Owing to its unique physical and chemical properties, graphene oxide (GO) has a wide range of applications in biomedical field. However, with the gradual improvement of biosafety investigations on nanomaterials, growing literatures have pointed out that GO could lead to oxidative stress, aggravation of inflammatory responses, and even irreversible lesions in human multi-tissues, while its damage to small intestinal remained unclear. In this study, we conducted an in-depth study on the toxicological effect of GO on intestinal tissues, and further clarified its toxic effect and molecular mechanism on inducing intestinal cell death. Firstly, we characterized the shape size, potential value, Fourier Transform infrared spectroscopy (FT-IR) characterization and pro-oxidant properties of GO nanosheets. The cytotoxicity of different concentrations of GO to Caco-2 and IEC-6 cell lines was thereafter observed, which was specifically manifested as invoking NADPH Oxidase 1 (NOX1) proteins, accompanied generation of reactive oxygen species (ROS). Since that, more p53 flowed into mitochondria to combine with cyclophilin D (CYPD), thus induced mitochondrial permeability transition pore (mPTP) opening. Through ROS-CyPD-mPTP signaling pathway, GO exerted imbalance of mitochondrial homeostasis, while released cytochrome c (CytC) would ultimate caspase-dependent cell apoptosis.

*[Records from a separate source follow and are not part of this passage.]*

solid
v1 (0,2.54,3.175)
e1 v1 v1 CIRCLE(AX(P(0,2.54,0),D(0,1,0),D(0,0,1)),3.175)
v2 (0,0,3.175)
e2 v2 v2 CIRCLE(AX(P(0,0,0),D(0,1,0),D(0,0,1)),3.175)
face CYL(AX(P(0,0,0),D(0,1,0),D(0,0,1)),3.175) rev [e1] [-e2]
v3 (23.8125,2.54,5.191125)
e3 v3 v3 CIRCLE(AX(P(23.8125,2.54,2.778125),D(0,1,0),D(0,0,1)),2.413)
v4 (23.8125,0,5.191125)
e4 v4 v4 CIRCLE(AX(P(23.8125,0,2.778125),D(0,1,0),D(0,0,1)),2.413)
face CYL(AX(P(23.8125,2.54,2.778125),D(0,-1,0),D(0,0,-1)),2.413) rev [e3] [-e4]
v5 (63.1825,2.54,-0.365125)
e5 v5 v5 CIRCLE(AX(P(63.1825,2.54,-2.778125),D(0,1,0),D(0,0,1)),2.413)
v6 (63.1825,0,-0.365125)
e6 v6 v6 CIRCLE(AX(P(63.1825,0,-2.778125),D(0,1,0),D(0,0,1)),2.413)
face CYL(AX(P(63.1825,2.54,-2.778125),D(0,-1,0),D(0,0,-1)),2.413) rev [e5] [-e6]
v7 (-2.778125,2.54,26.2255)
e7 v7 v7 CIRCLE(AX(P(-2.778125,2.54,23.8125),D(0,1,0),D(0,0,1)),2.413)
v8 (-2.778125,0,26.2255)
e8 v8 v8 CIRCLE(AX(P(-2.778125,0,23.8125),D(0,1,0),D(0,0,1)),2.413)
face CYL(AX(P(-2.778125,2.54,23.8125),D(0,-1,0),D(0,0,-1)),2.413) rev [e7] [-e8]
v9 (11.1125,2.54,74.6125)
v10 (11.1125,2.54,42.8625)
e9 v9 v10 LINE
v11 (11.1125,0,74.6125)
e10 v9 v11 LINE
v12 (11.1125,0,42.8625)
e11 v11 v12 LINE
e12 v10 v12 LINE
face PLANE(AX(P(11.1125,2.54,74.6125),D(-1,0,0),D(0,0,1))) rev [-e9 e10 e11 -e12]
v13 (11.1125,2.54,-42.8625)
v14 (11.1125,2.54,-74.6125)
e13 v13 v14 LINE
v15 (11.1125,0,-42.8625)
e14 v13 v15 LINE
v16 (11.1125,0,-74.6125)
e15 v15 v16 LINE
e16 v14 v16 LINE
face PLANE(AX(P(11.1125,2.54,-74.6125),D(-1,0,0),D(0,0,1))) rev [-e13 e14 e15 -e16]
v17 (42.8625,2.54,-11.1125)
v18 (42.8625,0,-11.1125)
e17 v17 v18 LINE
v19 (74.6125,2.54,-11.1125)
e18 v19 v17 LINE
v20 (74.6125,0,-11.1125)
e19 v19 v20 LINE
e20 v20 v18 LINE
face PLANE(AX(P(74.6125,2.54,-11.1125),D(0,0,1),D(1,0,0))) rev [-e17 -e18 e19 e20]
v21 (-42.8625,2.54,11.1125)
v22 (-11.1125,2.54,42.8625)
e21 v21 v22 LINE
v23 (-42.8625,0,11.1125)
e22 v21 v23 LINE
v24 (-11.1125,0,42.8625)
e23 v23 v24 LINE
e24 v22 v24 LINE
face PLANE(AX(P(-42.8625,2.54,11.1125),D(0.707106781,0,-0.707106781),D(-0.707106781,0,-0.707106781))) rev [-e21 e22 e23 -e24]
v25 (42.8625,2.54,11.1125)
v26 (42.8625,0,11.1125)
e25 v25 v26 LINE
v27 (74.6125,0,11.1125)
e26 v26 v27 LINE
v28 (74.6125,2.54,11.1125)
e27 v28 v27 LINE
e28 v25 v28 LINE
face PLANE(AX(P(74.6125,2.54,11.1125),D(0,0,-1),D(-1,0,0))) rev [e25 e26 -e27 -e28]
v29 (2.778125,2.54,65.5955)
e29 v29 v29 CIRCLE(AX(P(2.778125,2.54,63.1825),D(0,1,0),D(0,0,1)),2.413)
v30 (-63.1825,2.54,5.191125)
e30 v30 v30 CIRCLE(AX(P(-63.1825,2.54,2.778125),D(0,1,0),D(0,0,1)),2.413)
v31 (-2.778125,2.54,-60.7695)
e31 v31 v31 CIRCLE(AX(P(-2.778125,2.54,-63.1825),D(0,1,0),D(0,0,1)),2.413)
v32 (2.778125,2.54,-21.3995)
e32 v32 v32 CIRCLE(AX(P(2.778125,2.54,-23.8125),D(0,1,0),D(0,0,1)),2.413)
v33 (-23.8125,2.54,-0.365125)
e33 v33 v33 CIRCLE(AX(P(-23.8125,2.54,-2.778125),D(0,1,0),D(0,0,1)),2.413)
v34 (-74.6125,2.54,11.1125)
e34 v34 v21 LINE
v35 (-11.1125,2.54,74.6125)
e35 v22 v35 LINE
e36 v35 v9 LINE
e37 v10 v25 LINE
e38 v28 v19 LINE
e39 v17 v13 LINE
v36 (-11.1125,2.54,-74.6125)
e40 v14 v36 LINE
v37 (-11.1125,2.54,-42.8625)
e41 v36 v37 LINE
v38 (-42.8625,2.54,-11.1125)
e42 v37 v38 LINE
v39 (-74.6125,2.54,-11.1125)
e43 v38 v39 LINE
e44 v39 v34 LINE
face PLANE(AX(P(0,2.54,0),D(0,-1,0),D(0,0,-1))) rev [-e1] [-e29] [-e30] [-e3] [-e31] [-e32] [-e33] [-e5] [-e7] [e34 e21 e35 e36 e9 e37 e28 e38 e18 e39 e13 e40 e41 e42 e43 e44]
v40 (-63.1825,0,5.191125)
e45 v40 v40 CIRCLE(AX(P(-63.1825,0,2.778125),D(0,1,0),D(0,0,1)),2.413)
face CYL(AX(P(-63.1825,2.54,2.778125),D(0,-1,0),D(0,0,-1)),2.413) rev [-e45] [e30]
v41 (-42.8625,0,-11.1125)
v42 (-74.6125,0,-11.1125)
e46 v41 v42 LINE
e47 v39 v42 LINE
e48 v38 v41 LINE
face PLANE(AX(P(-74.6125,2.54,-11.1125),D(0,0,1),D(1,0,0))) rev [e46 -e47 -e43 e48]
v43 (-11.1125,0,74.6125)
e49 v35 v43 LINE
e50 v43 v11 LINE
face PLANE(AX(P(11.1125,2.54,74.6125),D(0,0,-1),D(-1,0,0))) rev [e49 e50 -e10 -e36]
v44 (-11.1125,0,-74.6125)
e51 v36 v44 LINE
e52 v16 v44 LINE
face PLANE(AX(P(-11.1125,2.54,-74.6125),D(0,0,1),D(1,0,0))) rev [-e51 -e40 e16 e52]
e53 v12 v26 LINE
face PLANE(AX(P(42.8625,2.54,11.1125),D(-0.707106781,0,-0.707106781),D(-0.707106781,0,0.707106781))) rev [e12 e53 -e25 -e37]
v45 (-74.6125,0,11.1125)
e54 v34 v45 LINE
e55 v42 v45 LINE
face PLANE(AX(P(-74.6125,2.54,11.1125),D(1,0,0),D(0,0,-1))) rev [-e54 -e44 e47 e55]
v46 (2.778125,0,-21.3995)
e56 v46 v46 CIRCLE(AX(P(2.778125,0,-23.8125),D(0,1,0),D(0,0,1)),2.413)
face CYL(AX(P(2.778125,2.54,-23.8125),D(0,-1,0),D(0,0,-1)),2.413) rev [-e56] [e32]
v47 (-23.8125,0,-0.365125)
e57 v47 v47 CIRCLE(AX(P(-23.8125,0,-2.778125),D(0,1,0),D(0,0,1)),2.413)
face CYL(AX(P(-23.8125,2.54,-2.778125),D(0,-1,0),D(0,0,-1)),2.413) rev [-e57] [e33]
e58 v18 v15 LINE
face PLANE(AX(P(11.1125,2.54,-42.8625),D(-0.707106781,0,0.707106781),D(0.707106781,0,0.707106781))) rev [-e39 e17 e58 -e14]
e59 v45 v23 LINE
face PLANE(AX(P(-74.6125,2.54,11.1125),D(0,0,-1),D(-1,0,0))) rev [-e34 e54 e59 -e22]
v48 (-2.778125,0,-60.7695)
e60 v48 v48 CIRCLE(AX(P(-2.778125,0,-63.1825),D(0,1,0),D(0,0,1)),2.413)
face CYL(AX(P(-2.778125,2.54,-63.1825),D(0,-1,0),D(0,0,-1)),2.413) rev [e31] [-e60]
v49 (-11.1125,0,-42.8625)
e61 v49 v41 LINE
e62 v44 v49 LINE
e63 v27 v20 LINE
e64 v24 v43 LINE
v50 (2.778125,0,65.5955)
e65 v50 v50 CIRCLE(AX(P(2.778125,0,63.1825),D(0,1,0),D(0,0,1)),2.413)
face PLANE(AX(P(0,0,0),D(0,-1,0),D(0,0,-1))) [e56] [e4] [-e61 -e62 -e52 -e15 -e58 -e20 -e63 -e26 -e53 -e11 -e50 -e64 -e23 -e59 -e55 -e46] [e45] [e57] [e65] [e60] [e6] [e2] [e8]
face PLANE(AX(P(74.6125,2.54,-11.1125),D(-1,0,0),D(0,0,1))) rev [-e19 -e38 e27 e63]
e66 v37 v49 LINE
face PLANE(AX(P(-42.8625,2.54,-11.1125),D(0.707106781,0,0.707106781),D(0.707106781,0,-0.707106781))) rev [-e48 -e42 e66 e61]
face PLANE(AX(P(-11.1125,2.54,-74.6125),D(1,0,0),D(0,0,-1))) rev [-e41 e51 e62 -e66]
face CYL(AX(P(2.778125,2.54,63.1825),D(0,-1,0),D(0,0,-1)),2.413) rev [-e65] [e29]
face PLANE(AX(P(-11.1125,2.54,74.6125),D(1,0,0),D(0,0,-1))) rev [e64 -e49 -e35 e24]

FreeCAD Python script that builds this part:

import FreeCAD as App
import Part
import Sketcher
Q = App.Units.Quantity


def add_polygon(sketch, points):
    """Adds a closed chain of lines whose ends are joined by coincident constraints."""
    first, n = sketch.GeometryCount, len(points)
    for a, b in zip(points, points[1:] + points[:1]):
        sketch.addGeometry(Part.LineSegment(App.Vector(*a, 0), App.Vector(*b, 0)), False)
    for i in range(n):
        sketch.addConstraint(Sketcher.Constraint("Coincident", first + i, 2, first + (i + 1) % n, 1))

doc = App.newDocument("Part")
params = doc.addObject("Spreadsheet::Sheet", "Params")
for row, (alias, value) in enumerate([
    ("sketch1_diameter", "0.19 in"),
    ("sketch1_width", "1.25 in"),
    ("sketch1_width2", "0.875 in"),
    ("pad1_length", "0.1 in"),
    ("sketch2_diameter", "0.25 in"),
], start=1):
    params.set(f"A{row}", alias)
    params.set(f"B{row}", "=" + value)
    params.setAlias(f"B{row}", alias)

body = doc.addObject("PartDesign::Body", "Body")

# Sketch on XZ plane
sketch1 = body.newObject("Sketcher::SketchObject", "Sketch")
sketch1.AttachmentSupport = (doc.getObject("XZ_Plane"), [""])
sketch1.MapMode = "FlatFace"
add_polygon(sketch1, [(-74.6, -11.1), (-74.6, 11.1), (-42.9, 11.1), (-11.1, 42.9), (-11.1, 74.6), (11.1, 74.6), (11.1, 42.9), (42.9, 11.1), (74.6, 11.1), (74.6, -11.1), (42.9, -11.1), (11.1, -42.9), (11.1, -74.6), (-11.1, -74.6), (-11.1, -42.9), (-42.9, -11.1)])  # lines 0-15
sketch1.addGeometry(Part.Circle(App.Vector(2.8, 63.2, 0), App.Vector(0, 0, 1), 2.4), False)  # 16
sketch1.addGeometry(Part.Circle(App.Vector(23.8, 2.8, 0), App.Vector(0, 0, 1), 2.4), False)  # 17
sketch1.addGeometry(Part.Circle(App.Vector(-2.8, 23.8, 0), App.Vector(0, 0, 1), 2.4), False)  # 18
sketch1.addGeometry(Part.Circle(App.Vector(-63.2, 2.8, 0), App.Vector(0, 0, 1), 2.4), False)  # 19
sketch1.addGeometry(Part.Circle(App.Vector(63.2, -2.8, 0), App.Vector(0, 0, 1), 2.4), False)  # 20
sketch1.addGeometry(Part.Circle(App.Vector(2.8, -23.8, 0), App.Vector(0, 0, 1), 2.4), False)  # 21
sketch1.addGeometry(Part.Circle(App.Vector(-23.8, -2.8, 0), App.Vector(0, 0, 1), 2.4), False)  # 22
sketch1.addGeometry(Part.Circle(App.Vector(-2.8, -63.2, 0), App.Vector(0, 0, 1), 2.4), False)  # 23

In vivo experiment also confirmed that the microstructure of small intestine was damaged, and the apoptosis rate and oxidative markers were significantly increased in GO-treated Sprague- Dawley (SD) rats (40 mg/kg once every other day from day 1 to day 9 by oral gavage). Based on these findings, we conclude that the adverse effects of oral exposure of GO on the biological system mainly concentrate in the digestive tract, and clarify the key role of ROS-mitochondrial homeostasis-apoptosis axis in GO-derived intestinal toxicity. Considering all these results and the fact that GO exhibited intestinal toxicity, we believe that this research providing a safety reference for its biomedical applications.